#### [Assignment]
Below are records. Copy every line with "blind" in it.

● ● ● ● ●

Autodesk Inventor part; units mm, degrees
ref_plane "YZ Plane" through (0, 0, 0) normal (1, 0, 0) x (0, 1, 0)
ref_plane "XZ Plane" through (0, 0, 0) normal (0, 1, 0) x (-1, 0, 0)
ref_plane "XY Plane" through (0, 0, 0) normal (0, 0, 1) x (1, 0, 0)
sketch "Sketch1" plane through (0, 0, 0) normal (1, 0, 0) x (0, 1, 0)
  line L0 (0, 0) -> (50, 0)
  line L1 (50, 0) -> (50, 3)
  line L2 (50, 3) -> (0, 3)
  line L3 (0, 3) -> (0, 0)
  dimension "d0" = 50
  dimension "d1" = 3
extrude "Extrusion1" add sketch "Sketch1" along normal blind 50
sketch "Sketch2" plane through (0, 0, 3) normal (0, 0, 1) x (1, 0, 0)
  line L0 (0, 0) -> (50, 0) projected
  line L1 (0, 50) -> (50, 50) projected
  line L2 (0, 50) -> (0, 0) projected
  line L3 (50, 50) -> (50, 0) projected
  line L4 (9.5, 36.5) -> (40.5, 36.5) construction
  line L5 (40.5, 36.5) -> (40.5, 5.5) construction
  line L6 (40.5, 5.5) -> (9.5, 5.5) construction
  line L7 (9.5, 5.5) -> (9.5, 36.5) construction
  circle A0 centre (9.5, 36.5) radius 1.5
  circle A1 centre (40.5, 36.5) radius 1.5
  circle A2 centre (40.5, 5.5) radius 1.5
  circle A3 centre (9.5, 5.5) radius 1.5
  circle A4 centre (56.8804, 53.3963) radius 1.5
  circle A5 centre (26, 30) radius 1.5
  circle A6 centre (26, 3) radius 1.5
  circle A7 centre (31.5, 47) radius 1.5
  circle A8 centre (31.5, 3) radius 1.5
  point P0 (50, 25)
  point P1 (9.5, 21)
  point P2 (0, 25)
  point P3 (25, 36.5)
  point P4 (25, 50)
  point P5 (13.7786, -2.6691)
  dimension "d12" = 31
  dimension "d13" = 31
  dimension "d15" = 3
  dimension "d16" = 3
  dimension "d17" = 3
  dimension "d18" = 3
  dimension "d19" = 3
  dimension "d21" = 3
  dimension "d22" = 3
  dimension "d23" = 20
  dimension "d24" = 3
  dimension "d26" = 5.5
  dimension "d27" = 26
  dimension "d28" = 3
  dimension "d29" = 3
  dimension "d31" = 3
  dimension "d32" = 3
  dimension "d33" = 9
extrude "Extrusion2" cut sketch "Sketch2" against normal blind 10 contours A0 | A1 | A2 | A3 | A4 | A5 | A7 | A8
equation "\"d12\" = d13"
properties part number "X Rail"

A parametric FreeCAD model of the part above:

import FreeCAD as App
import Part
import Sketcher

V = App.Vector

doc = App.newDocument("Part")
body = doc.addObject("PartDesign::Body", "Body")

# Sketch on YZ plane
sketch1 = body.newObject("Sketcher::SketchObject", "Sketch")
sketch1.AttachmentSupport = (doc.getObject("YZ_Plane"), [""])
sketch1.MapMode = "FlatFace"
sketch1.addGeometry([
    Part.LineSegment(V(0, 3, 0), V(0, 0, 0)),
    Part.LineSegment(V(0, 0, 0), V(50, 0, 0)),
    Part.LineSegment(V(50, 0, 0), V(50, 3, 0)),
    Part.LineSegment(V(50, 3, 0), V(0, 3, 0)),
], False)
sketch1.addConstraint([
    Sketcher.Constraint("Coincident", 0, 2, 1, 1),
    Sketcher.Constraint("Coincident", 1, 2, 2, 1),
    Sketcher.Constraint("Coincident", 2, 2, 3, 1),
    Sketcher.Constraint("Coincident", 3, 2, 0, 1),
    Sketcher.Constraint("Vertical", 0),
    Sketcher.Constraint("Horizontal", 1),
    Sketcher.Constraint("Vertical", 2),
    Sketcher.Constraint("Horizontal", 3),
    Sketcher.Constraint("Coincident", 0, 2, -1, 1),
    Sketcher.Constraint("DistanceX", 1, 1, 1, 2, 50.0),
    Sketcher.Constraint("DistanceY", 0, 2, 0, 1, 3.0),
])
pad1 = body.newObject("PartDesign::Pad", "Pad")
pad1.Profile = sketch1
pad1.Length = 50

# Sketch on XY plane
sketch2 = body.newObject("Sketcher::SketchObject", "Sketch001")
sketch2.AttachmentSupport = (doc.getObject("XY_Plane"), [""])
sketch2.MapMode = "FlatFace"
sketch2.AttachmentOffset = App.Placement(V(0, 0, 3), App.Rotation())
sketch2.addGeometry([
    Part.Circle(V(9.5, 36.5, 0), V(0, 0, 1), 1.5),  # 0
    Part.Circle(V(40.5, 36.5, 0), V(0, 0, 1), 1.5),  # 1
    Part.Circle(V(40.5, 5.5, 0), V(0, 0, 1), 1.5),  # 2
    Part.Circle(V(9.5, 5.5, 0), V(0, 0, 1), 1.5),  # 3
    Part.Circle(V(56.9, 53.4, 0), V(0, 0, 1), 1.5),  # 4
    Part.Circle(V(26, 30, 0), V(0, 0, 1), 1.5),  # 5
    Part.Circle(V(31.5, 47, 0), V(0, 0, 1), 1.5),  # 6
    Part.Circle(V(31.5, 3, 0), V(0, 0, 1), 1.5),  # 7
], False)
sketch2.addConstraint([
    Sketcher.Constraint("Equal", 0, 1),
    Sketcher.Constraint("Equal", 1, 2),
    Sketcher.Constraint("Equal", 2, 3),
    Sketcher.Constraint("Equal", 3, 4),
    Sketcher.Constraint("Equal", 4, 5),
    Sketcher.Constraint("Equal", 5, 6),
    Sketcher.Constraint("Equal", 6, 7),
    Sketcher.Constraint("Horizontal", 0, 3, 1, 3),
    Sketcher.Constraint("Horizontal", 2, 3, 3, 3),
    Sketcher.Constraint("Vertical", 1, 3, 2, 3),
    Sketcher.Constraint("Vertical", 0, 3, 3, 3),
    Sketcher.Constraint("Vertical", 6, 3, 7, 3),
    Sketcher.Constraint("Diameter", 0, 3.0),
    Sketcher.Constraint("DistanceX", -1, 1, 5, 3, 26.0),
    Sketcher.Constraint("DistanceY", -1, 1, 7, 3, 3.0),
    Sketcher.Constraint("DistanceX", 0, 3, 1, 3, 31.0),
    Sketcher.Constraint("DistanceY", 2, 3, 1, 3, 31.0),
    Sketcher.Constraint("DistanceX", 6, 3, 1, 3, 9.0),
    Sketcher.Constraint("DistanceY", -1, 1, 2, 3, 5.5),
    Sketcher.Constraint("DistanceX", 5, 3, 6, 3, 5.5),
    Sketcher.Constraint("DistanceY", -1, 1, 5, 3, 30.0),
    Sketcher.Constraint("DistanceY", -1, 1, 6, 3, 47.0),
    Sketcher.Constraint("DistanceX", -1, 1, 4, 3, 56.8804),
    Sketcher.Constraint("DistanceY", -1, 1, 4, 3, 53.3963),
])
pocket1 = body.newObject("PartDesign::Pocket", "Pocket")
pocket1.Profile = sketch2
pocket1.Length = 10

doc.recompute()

● ● ● ● ●

#### [Answer below]
extrude "Extrusion1" add sketch "Sketch1" along normal blind 50
extrude "Extrusion2" cut sketch "Sketch2" against normal blind 10 contours A0 | A1 | A2 | A3 | A4 | A5 | A7 | A8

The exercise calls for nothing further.